Logic, set theory, and probability theory are critical tools for philosophers, and there continues to be active research, debate, and discovery at the foundations of these disciplines. This course is an introduction to the these three areas of mathematics, with the aim of providing students with the necessary formal skills and domain knowledge to complete the masters degree in logic and philosophy of science at LMU. Although I assume students have some passing familiarity with propositional logic, no background in mathematics is assumed. So please do not worry, and leave your anxiety with respect to mathematics at the door.
The course has two central goals. First, students should be able to define and explain the importance of certain mathematical terms that occur regularly in logic, philosophy of science, and philosophy of mathematics. Such terms include, for example, completeness, decidability, uncountable vs. countable sets, the probability axioms, and conditional probability. Second, students should be able to to explain how logic, set theory, and probability theory been used to address long-standing problems in analytic philosophy, and they should begin to be able to apply these tools to philosophical problems in their own area of research.
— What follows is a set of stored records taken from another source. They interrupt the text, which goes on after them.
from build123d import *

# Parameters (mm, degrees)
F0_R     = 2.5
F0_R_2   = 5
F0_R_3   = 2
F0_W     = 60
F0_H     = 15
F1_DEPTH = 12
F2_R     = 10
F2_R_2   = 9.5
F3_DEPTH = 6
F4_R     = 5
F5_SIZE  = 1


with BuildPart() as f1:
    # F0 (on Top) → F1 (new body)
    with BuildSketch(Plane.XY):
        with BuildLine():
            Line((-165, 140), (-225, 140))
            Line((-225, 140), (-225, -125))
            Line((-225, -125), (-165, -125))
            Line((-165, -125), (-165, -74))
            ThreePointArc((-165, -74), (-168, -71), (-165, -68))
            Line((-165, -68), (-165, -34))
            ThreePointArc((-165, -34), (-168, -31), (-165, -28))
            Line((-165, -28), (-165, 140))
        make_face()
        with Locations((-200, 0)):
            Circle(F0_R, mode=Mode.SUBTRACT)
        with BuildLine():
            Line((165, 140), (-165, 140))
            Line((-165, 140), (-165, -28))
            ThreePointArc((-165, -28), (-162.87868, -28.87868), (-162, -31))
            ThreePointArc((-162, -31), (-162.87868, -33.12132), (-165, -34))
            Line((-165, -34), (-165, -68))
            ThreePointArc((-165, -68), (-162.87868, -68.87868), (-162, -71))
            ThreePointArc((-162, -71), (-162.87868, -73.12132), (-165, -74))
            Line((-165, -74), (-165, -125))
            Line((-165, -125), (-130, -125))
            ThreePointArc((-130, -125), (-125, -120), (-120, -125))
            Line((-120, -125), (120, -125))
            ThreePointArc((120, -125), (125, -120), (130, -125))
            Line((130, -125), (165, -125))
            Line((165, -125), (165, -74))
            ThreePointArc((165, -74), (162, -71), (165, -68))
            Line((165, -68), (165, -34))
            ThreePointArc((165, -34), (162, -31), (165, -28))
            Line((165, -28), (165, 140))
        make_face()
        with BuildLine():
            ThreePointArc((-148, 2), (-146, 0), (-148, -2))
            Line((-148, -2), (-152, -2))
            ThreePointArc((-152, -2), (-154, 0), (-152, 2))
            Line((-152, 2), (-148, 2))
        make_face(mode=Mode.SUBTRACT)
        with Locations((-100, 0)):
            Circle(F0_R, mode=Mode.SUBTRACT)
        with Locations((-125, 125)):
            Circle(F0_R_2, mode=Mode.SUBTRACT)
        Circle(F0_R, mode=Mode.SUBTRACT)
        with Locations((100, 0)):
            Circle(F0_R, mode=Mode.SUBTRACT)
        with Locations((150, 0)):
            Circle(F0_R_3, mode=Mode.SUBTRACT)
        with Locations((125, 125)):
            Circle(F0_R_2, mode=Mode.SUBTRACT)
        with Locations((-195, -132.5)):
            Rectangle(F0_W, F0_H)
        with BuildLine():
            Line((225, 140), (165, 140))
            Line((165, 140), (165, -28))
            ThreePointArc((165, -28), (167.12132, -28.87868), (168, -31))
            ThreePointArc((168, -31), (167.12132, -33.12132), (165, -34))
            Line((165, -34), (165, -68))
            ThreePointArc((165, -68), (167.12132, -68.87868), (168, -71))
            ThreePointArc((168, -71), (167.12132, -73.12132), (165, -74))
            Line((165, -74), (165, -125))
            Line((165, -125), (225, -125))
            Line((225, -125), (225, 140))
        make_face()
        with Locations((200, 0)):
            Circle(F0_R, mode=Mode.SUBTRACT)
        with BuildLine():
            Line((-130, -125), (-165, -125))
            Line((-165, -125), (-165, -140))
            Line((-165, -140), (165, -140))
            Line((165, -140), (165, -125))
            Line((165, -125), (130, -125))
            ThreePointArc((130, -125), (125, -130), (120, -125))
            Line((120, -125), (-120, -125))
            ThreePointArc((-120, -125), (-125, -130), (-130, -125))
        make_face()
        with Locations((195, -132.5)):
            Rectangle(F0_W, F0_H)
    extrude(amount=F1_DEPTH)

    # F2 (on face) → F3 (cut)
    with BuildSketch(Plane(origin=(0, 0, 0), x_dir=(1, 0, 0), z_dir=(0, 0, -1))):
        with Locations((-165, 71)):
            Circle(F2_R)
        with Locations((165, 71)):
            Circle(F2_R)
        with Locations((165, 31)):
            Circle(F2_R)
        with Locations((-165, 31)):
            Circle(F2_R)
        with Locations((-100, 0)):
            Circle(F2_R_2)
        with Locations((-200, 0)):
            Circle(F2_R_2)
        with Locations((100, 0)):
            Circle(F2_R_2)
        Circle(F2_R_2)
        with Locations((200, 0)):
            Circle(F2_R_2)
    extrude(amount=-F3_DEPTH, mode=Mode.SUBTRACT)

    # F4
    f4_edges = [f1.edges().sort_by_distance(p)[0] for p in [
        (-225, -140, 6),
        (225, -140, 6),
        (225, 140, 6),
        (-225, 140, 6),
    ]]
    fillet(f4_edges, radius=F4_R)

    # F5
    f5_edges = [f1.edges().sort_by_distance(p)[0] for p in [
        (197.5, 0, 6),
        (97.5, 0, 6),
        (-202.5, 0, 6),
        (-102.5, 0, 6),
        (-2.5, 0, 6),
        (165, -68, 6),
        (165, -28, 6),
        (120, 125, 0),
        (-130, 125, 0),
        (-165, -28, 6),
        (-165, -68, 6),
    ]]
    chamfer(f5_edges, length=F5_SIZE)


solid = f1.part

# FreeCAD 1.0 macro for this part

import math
import FreeCAD as App
import Part
import Sketcher
Q = App.Units.Quantity


def edges_at(feature, points):
    """Names of the edges that pass closest to the given points."""
    edges = feature.Shape.Edges
    near = lambda p: min(range(len(edges)), key=lambda i: edges[i].distToShape(Part.Vertex(*p))[0])
    return sorted({f"Edge{near(p) + 1}" for p in points})


def add_polygon(sketch, points):
    """Adds a closed chain of lines whose ends are joined by coincident constraints."""
    first, n = sketch.GeometryCount, len(points)
    for a, b in zip(points, points[1:] + points[:1]):
        sketch.addGeometry(Part.LineSegment(App.Vector(*a, 0), App.Vector(*b, 0)), False)
    for i in range(n):
        sketch.addConstraint(Sketcher.Constraint("Coincident", first + i, 2, first + (i + 1) % n, 1))

doc = App.newDocument("Part")
body = doc.addObject("PartDesign::Body", "Body")

# Sketch on XY plane
sketch1 = body.newObject("Sketcher::SketchObject", "Sketch")
sketch1.AttachmentSupport = (doc.getObject("XY_Plane"), [""])
sketch1.MapMode = "FlatFace"
add_polygon(sketch1, [(-225, 140), (-225, -140), (225, -140), (225, 140)])  # lines 0-3
sketch1.addGeometry(Part.Circle(App.Vector(125, -125, 0), App.Vector(0, 0, 1), 5), False)  # 4
sketch1.addGeometry(Part.Circle(App.Vector(-125, -125, 0), App.Vector(0, 0, 1), 5), False)  # 5
sketch1.addGeometry(Part.ArcOfCircle(Part.Circle(App.Vector(-165, -71, 0), App.Vector(0, 0, 1), 3), math.radians(90), math.radians(270)), False)  # 6
sketch1.addGeometry(Part.ArcOfCircle(Part.Circle(App.Vector(-165, -71, 0), App.Vector(0, 0, 1), 3), math.radians(0), math.radians(90)), False)  # 7
sketch1.addGeometry(Part.ArcOfCircle(Part.Circle(App.Vector(-165, -71, 0), App.Vector(0, 0, 1), 3), math.radians(-90), math.radians(0)), False)  # 8
sketch1.addGeometry(Part.ArcOfCircle(Part.Circle(App.Vector(-165, -31, 0), App.Vector(0, 0, 1), 3), math.radians(90), math.radians(270)), False)  # 9
sketch1.addGeometry(Part.ArcOfCircle(Part.Circle(App.Vector(-165, -31, 0), App.Vector(0, 0, 1), 3), math.radians(0), math.radians(90)), False)  # 10
sketch1.addGeometry(Part.ArcOfCircle(Part.Circle(App.Vector(-165, -31, 0), App.Vector(0, 0, 1), 3), math.radians(-90), math.radians(0)), False)  # 11
sketch1.addGeometry(Part.Circle(App.Vector(-200, 0, 0), App.Vector(0, 0, 1), 2.5), False)  # 12
sketch1.addGeometry(Part.LineSegment(App.Vector(-152, 2, 0), App.Vector(-148, 2, 0)), False)  # 13
sketch1.addGeometry(Part.ArcOfCircle(Part.Circle(App.Vector(-148, 0, 0), App.Vector(0, 0, 1), 2), math.radians(-90), math.radians(90)), False)  # 14
sketch1.addGeometry(Part.LineSegment(App.Vector(-148, -2, 0), App.Vector(-152, -2, 0)), False)  # 15
sketch1.addGeometry(Part.ArcOfCircle(Part.Circle(App.Vector(-152, 0, 0), App.Vector(0, 0, 1), 2), math.radians(90), math.radians(270)), False)  # 16
sketch1.addGeometry(Part.Circle(App.Vector(-100, 0, 0), App.Vector(0, 0, 1), 2.5), False)  # 17
sketch1.addGeometry(Part.ArcOfCircle(Part.Circle(App.Vector(165, -71, 0), App.Vector(0, 0, 1), 3), math.radians(90), math.radians(270)), False)  # 18
sketch1.addGeometry(Part.ArcOfCircle(Part.Circle(App.Vector(165, -71, 0), App.Vector(0, 0, 1), 3), math.radians(0), math.radians(90)), False)  # 19
sketch1.addGeometry(Part.ArcOfCircle(Part.Circle(App.Vector(165, -71, 0), App.Vector(0, 0, 1), 3), math.radians(-90), math.radians(0)), False)  # 20
sketch1.addGeometry(Part.ArcOfCircle(Part.Circle(App.Vector(165, -31, 0), App.Vector(0, 0, 1), 3), math.radians(90), math.radians(270)), False)  # 21
sketch1.addGeometry(Part.ArcOfCircle(Part.Circle(App.Vector(165, -31, 0), App.Vector(0, 0, 1), 3), math.radians(0), math.radians(90)), False)  # 22
sketch1.addGeometry(Part.ArcOfCircle(Part.Circle(App.Vector(165, -31, 0), App.Vector(0, 0, 1), 3), math.radians(-90), math.radians(0)), False)  # 23
sketch1.addGeometry(Part.Circle(App.Vector(0, 0, 0), App.Vector(0, 0, 1), 2.5), False)  # 24
sketch1.addGeometry(Part.Circle(App.Vector(100, 0, 0), App.Vector(0, 0, 1), 2.5), False)  # 25
sketch1.addGeometry(Part.Circle(App.Vector(150, 0, 0), App.Vector(0, 0, 1), 2), False)  # 26
sketch1.addGeometry(Part.Circle(App.Vector(200, 0, 0), App.Vector(0, 0, 1), 2.5), False)  # 27
sketch1.addGeometry(Part.Circle(App.Vector(-125, 125, 0), App.Vector(0, 0, 1), 5), False)  # 28
sketch1.addGeometry(Part.Circle(App.Vector(125, 125, 0), App.Vector(0, 0, 1), 5), False)  # 29
sketch1.addConstraint(Sketcher.Constraint("Tangent", 6, 1, 7, 2))
sketch1.addConstraint(Sketcher.Constraint("Tangent", 7, 1, 8, 2))
sketch1.addConstraint(Sketcher.Constraint("Tangent", 8, 1, 6, 2))
sketch1.addConstraint(Sketcher.Constraint("Tangent", 9, 1, 10, 2))
sketch1.addConstraint(Sketcher.Constraint("Tangent", 10, 1, 11, 2))
sketch1.addConstraint(Sketcher.Constraint("Tangent", 11, 1, 9, 2))
sketch1.addConstraint(Sketcher.Constraint("Tangent", 13, 2, 14, 2))
sketch1.addConstraint(Sketcher.Constraint("Tangent", 14, 1, 15, 1))
sketch1.addConstraint(Sketcher.Constraint("Tangent", 15, 2, 16, 2))
sketch1.addConstraint(Sketcher.Constraint("Tangent", 16, 1, 13, 1))
sketch1.addConstraint(Sketcher.Constraint("Tangent", 18, 1, 19, 2))
sketch1.addConstraint(Sketcher.Constraint("Tangent", 19, 1, 20, 2))
sketch1.addConstraint(Sketcher.Constraint("Tangent", 20, 1, 18, 2))
sketch1.addConstraint(Sketcher.Constraint("Tangent", 21, 1, 22, 2))
sketch1.addConstraint(Sketcher.Constraint("Tangent", 22, 1, 23, 2))
sketch1.addConstraint(Sketcher.Constraint("Tangent", 23, 1, 21, 2))
sketch1.addConstraint(Sketcher.Constraint("Vertical", 0))
sketch1.addConstraint(Sketcher.Constraint("Horizontal", 1))
sketch1.addConstraint(Sketcher.Constraint("Vertical", 2))
sketch1.addConstraint(Sketcher.Constraint("Horizontal", 3))
sketch1.addConstraint(Sketcher.Constraint("Horizontal", 13))
sketch1.addConstraint(Sketcher.Constraint("Horizontal", 15))
sketch1.addConstraint(Sketcher.Constraint("Coincident", 24, 3, -1, 1))
sketch1.addConstraint(Sketcher.Constraint("Equal", 4, 5))
sketch1.addConstraint(Sketcher.Constraint("Equal", 8, 9))
sketch1.addConstraint(Sketcher.Constraint("Equal", 12, 17))
sketch1.addConstraint(Sketcher.Constraint("Equal", 11, 18))
sketch1.addConstraint(Sketcher.Constraint("Equal", 20, 21))
sketch1.addConstraint(Sketcher.Constraint("Equal", 17, 24))
sketch1.addConstraint(Sketcher.Constraint("Equal", 24, 25))
sketch1.addConstraint(Sketcher.Constraint("Equal", 16, 26))
sketch1.addConstraint(Sketcher.Constraint("Equal", 25, 27))
sketch1.addConstraint(Sketcher.Constraint("Equal", 5, 28))
sketch1.addConstraint(Sketcher.Constraint("Equal", 28, 29))
sketch1.addConstraint(Sketcher.Constraint("Symmetric", 17, 3, 25, 3, -1, 1))
sketch1.addConstraint(Sketcher.Constraint("Symmetric", 12, 3, 27, 3, -1, 1))
sketch1.addConstraint(Sketcher.Constraint("Symmetric", 4, 3, 28, 3, -1, 1))
sketch1.addConstraint(Sketcher.Constraint("Symmetric", 5, 3, 29, 3, -1, 1))
sketch1.addConstraint(Sketcher.Constraint("Symmetric", 0, 2, 2, 2, -1, 1))
sketch1.addConstraint(Sketcher.Constraint("Symmetric", 4, 3, 5, 3, -2))
sketch1.addConstraint(Sketcher.Constraint("Symmetric", 6, 3, 18, 3, -2))
sketch1.addConstraint(Sketcher.Constraint("Symmetric", 9, 3, 21, 3, -2))
sketch1.addConstraint(Sketcher.Constraint("PointOnObject", 12, 3, -1))
sketch1.addConstraint(Sketcher.Constraint("PointOnObject", 14, 3, -1))
sketch1.addConstraint(Sketcher.Constraint("PointOnObject", 17, 3, -1))
sketch1.addConstraint(Sketcher.Constraint("PointOnObject", 26, 3, -1))
sketch1.addConstraint(Sketcher.Constraint("Horizontal", 20, 3, 7, 1))
sketch1.addConstraint(Sketcher.Constraint("Horizontal", 23, 3, 10, 1))
sketch1.addConstraint(Sketcher.Constraint("Horizontal", 7, 1, 19, 1))
sketch1.addConstraint(Sketcher.Constraint("Horizontal", 10, 1, 22, 1))
sketch1.addConstraint(Sketcher.Constraint("Vertical", 8, 3, 9, 3))
sketch1.addConstraint(Sketcher.Constraint("Vertical", 11, 3, 6, 1))
sketch1.addConstraint(Sketcher.Constraint("Vertical", 6, 1, 8, 1))
sketch1.addConstraint(Sketcher.Constraint("Vertical", 8, 1, 9, 1))
sketch1.addConstraint(Sketcher.Constraint("Vertical", 9, 1, 11, 1))
sketch1.addConstraint(Sketcher.Constraint("Vertical", 23, 3, 18, 1))
sketch1.addConstraint(Sketcher.Constraint("Vertical", 18, 1, 20, 1))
There are problem sets due every week and a final exam. Some of you may find these exercises and the exam difficult. Please do not worry. Many philosophy students are not accustomed to struggling with weekly exercises, some of which they cannot complete. This is because active discussion sessions and writing papers are, perhaps, the best ways to learn most areas of philosophy. In contrast, the best way to acquire formal skills is by repeatedly practicing such skills and by studying definitions and proofs. For the overwhelming majority of people, mathematical ability is learned; it is not innate. If you practice problem-solving and if you study the arguments and definitions that we discuss in class, you will learn the material. By the end of the class, you will be able to accomplish the above outlined goals. Conversely, if you do not solve problems and study, there is a non-trivial chance that you will not learn the material.
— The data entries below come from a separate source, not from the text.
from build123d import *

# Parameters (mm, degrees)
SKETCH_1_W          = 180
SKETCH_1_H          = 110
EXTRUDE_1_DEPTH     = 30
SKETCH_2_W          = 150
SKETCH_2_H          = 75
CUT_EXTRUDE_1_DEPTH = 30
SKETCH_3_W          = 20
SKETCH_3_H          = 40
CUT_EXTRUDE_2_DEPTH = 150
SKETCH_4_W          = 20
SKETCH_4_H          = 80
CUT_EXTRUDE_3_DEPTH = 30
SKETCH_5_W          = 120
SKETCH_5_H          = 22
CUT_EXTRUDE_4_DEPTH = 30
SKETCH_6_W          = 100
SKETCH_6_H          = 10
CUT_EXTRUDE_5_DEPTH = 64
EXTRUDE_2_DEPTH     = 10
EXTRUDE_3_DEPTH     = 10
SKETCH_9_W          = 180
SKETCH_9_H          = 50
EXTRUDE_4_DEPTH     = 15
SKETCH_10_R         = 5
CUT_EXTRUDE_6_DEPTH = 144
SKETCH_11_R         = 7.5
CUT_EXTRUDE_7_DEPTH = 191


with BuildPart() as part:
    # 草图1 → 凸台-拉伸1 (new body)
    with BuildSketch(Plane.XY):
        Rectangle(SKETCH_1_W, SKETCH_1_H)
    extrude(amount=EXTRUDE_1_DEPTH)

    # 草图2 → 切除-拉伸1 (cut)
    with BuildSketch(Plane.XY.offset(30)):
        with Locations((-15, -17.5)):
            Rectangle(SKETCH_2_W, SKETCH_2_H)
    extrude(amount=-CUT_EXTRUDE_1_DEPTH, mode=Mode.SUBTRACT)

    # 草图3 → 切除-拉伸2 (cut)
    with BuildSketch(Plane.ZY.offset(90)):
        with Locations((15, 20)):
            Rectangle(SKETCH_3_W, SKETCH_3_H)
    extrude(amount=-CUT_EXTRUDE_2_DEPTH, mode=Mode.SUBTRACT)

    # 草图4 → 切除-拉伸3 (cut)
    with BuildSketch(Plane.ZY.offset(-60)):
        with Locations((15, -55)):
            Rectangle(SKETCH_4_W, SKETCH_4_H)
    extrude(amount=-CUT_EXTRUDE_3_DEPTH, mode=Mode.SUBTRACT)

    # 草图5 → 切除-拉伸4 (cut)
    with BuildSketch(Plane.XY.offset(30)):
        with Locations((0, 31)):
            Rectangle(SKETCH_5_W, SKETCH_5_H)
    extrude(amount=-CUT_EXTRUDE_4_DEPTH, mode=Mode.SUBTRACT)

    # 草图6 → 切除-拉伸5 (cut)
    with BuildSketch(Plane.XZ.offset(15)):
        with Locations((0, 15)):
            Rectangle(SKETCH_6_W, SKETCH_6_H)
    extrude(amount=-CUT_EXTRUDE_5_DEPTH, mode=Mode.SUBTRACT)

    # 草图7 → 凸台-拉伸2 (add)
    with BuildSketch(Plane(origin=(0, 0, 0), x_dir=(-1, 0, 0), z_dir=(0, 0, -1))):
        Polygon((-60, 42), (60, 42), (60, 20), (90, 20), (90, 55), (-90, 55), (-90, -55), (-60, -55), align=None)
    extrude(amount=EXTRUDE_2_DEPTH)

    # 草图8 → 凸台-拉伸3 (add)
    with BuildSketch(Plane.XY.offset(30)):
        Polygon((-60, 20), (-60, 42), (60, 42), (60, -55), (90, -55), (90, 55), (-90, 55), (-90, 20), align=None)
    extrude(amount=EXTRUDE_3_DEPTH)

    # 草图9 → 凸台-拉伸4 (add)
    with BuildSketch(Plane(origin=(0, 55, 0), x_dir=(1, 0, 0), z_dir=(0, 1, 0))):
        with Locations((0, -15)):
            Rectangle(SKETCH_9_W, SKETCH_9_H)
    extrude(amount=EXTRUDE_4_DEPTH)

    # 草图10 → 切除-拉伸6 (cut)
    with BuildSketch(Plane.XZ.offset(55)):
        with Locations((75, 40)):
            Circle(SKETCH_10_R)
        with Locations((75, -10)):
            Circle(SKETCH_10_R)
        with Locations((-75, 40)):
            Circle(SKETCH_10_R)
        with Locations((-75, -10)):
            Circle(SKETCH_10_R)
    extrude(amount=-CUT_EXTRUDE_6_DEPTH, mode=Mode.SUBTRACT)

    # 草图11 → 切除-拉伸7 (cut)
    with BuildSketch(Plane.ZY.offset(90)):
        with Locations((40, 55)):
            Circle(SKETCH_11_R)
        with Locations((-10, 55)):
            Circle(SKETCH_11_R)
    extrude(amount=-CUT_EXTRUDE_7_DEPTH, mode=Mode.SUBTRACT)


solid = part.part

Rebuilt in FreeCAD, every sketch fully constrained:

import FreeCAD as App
import Part
import Sketcher
from FreeCAD import Vector


def add_polygon(sketch, points):
    """Adds a closed chain of lines whose ends are joined by coincident constraints."""
    first, n = sketch.GeometryCount, len(points)
    for a, b in zip(points, points[1:] + points[:1]):
        sketch.addGeometry(Part.LineSegment(App.Vector(*a, 0), App.Vector(*b, 0)), False)
    for i in range(n):
        sketch.addConstraint(Sketcher.Constraint("Coincident", first + i, 2, first + (i + 1) % n, 1))

doc = App.newDocument("Part")
body = doc.addObject("PartDesign::Body", "Body")

sketch1 = doc.addObject("Sketcher::SketchObject", "Sketch")
body.addObject(sketch1)
sketch1.AttachmentSupport = (doc.XY_Plane, [""])
sketch1.MapMode = "FlatFace"
add_polygon(sketch1, [(-90, 55), (-90, -55), (90, -55), (90, 55)])
sketch1.addConstraint([
    Sketcher.Constraint("Vertical", 0),
    Sketcher.Constraint("Horizontal", 1),
    Sketcher.Constraint("Vertical", 2),
    Sketcher.Constraint("Horizontal", 3),
    Sketcher.Constraint("Symmetric", 0, 2, 2, 2, -1, 1),
    Sketcher.Constraint("DistanceX", 1, 1, 1, 2, 180.0),
    Sketcher.Constraint("DistanceY", 0, 2, 0, 1, 110.0),
])
pad1 = doc.addObject("PartDesign::Pad", "Pad")
body.addObject(pad1)
pad1.Profile = sketch1
pad1.Length = 30

sketch2 = doc.addObject("Sketcher::SketchObject", "Sketch001")
body.addObject(sketch2)
sketch2.AttachmentSupport = (doc.XY_Plane, [""])
sketch2.MapMode = "FlatFace"
sketch2.AttachmentOffset = App.Placement(Vector(0, 0, 30), App.Rotation())
add_polygon(sketch2, [(-90, 20), (-90, -55), (60, -55), (60, 20)])
sketch2.addConstraint([
    Sketcher.Constraint("Vertical", 0),
    Sketcher.Constraint("Horizontal", 1),
    Sketcher.Constraint("Vertical", 2),
    Sketcher.Constraint("Horizontal", 3),
    Sketcher.Constraint("DistanceX", 1, 1, 1, 2, 150.0),
    Sketcher.Constraint("DistanceY", 0, 2, 0, 1, 75.0),
    Sketcher.Constraint("DistanceX", 0, 2, -1, 1, 90.0),
    Sketcher.Constraint("DistanceY", 0, 2, -1, 1, 55.0),
])
pocket1 = doc.addObject("PartDesign::Pocket", "Pocket")
body.addObject(pocket1)
pocket1.Profile = sketch2
pocket1.Length = 30

sketch3 = doc.addObject("Sketcher::SketchObject", "Sketch002")
body.addObject(sketch3)
sketch3.AttachmentSupport = (doc.YZ_Plane, [""])
sketch3.MapMode = "FlatFace"
sketch3.AttachmentOffset = App.Placement(Vector(0, 0, -90), App.Rotation())
add_polygon(sketch3, [(40, 5), (0, 5), (0, 25), (40, 25)])
sketch3.addConstraint([
    Sketcher.Constraint("Horizontal", 0),
    Sketcher.Constraint("Vertical", 1),
    Sketcher.Constraint("Horizontal", 2),
    Sketcher.Constraint("Vertical", 3),
    Sketcher.Constraint("PointOnObject", 0, 2, -2),
    Sketcher.Constraint("DistanceX", 0, 2, 0, 1, 40.0),
    Sketcher.Constraint("DistanceY", 1, 1, 1, 2, 20.0),
    Sketcher.Constraint("DistanceY", -1, 1, 0, 2, 5.0),
])
pocket2 = doc.addObject("PartDesign::Pocket", "Pocket001")
body.addObject(pocket2)
pocket2.Profile = sketch3
pocket2.Length = 150
pocket2.Reversed = True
Each week, you must turn in your problem set at the beginning in class. Unless you are granted an extension (see below), late work will be penalized 10% for every day that it is late. You are permitted to work with other students on the assignments, and feel free to ask for my help as well. However, you should always write the final copy of your problem set alone; doing so ensures that you understand the material. If you collaborate with other students, please write the names of the other students with whom you worked at the top of your problem set.
Twice during the course of the semester, I will grant you a two-day an extension on your problem set, no questions asked. That is, instead of turning the problem set in on Tuesday, you may turn it in some time on Thursday by bringing it to my office or Maria Csauscher in Room 134 in Ludwigstraße 31. If you need more than two additional days to complete an assignment, please talk to me.
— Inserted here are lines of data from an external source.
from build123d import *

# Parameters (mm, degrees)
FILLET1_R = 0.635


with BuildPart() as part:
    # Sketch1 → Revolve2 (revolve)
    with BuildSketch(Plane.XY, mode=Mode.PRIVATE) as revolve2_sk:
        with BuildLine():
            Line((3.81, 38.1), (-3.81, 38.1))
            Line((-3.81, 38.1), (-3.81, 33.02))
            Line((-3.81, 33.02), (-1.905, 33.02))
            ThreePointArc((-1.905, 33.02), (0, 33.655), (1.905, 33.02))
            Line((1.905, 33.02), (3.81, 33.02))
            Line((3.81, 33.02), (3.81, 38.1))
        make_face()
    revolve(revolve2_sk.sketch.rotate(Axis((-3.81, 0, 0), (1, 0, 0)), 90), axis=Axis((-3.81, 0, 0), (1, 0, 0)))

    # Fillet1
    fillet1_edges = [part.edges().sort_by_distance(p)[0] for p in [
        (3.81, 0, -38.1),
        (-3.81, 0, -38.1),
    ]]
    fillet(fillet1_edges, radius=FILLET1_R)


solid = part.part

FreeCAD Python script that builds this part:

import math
import FreeCAD as App
import Part
import Sketcher
Q = App.Units.Quantity


def edges_at(feature, points):
    """Names of the edges that pass closest to the given points."""
    edges = feature.Shape.Edges
    near = lambda p: min(range(len(edges)), key=lambda i: edges[i].distToShape(Part.Vertex(*p))[0])
    return sorted({f"Edge{near(p) + 1}" for p in points})

doc = App.newDocument("Part")
body = doc.addObject("PartDesign::Body", "Body")

# Sketch on XY plane
sketch1 = body.newObject("Sketcher::SketchObject", "Sketch")
sketch1.AttachmentSupport = (doc.getObject("XY_Plane"), [""])
sketch1.MapMode = "FlatFace"
sketch1.addGeometry([
    Part.LineSegment(App.Vector(3.81, 38.1, 0), App.Vector(-3.81, 38.1, 0)),  # 0
    Part.LineSegment(App.Vector(-3.81, 38.1, 0), App.Vector(-3.81, 33.02, 0)),  # 1
    Part.LineSegment(App.Vector(-3.81, 33.02, 0), App.Vector(-1.905, 33.02, 0)),  # 2
    Part.ArcOfCircle(Part.Circle(App.Vector(0, 30.48, 0), App.Vector(0, 0, 1), 3.175), math.radians(53.130102), math.radians(126.869898)),  # 3
    Part.LineSegment(App.Vector(1.905, 33.02, 0), App.Vector(3.81, 33.02, 0)),  # 4
    Part.LineSegment(App.Vector(3.81, 33.02, 0), App.Vector(3.81, 38.1, 0)),  # 5
], False)
sketch1.addConstraint([
    Sketcher.Constraint("Coincident", 0, 2, 1, 1),
    Sketcher.Constraint("Coincident", 1, 2, 2, 1),
    Sketcher.Constraint("Coincident", 2, 2, 3, 2),
    Sketcher.Constraint("Coincident", 3, 1, 4, 1),
    Sketcher.Constraint("Coincident", 4, 2, 5, 1),
    Sketcher.Constraint("Coincident", 5, 2, 0, 1),
    Sketcher.Constraint("Horizontal", 0),
    Sketcher.Constraint("Vertical", 1),
    Sketcher.Constraint("Horizontal", 2),
    Sketcher.Constraint("Horizontal", 4),
    Sketcher.Constraint("Vertical", 5),
    Sketcher.Constraint("Symmetric", 2, 2, 3, 1, -2),
    Sketcher.Constraint("Equal", 2, 4),
    Sketcher.Constraint("DistanceX", 0, 2, 0, 1, Q("0.3 in")),
    Sketcher.Constraint("DistanceY", 1, 2, 1, 1, Q("0.2 in")),
    Sketcher.Constraint("Radius", 3, Q("0.125 in")),
    Sketcher.Constraint("DistanceY", -1, 1, 3, 3, Q("1.2 in")),
    Sketcher.Constraint("DistanceY", -1, 1, 0, 2, Q("1.5 in")),
])
revolution = body.newObject("PartDesign::Revolution", "Revolution")
revolution.Profile = sketch1
revolution.ReferenceAxis = (sketch1, ["H_Axis"])
revolution.Angle = 360
doc.recompute()

fillet = body.newObject("PartDesign::Fillet", "Fillet")
fillet.Base = (revolution, edges_at(revolution, [(3.81, 0, -38.1), (-3.81, 0, -38.1)]))
fillet.Radius = Q("0.025 in")

doc.recompute()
If you earn betweem 95% and 100%, your final grade will be a 1.0; between a 90% and 95% will constitute a 1.3, and so on.
Below is a table indicating readings and assignments that are due each class. If you are a registered student in the class, then you can download the readings from the link in the "Course Files" section above.
| Date | Topic | Readings | Assignment |
|---|---|---|---|
| 15/10 |
Propositional Logic: Semantics
In-Class Exercises |
Logic and Proofs. Chapters 1-3. | None |
| 22/10 | Propositional Logic: Syntax
|
Logic and Proofs. Chapters 4-6. | Problem Set 1 |
| 29/10 | Propositional Logic: Metamathematics
|
Logic and Proofs. Chapter 7.
Course notes. |
Problem Set 2 |
| 5/11 | Predicate Logic: Semantics
|
Logic and Proofs. Chapters 8-9. | Problem Set 3 |
| 12/11 | Predicate Logic: Syntax.
|
Logic and Proofs. Chapters 10-12. | Problem Set 4 |
| 19/11 |
Introduction to Set Theory: Axioms, Boolean Algebra, Construction of the Natural Numbers
|
Hrbacek and Jech. Introduction to Set Theory. Chapter 1, 3.1-3.2. | Problem Set 5 |
| 26/11 |
Orderings, Equivalence Relations, and Functions
|
Functions and Computations. Chapters 2-3. | Problem Set 6 |
| 3/12 |
Injections, Bijections, and Sizes of Sets
|
Functions and Computations. Chapter 4. | Problem Set 7 |
| 10/12 |
Predicate Logic: Metamathematics I
|
Course Notes. | Problem Set 8 |
| 17/12 |
Predicate Logic: Metamathematics II
|
Course Notes | Problem Set 9 |
| 7/1 | Introduction to Probability: Axioms and Combinatorics
|
DeGroot. Sections 1.1-1.8 | Problem Set 10 |
| 14/1 | Conditional Probability and Independence
|
DeGroot. Sections 1.10-1.11, 2.1-2.2 | Problem Set 11 |
| 21/1 | Random Variables and Special Distributions
|
DeGroot. Sections 3.1-3.5. | Problem Set 12 |
| 28/1 | Expectation, Variance, and Covariance
|
DeGroot. Sections 4.1-4.3, 4.6, 4.8-4.9. | None |
| 4/3 | Final Exam | ||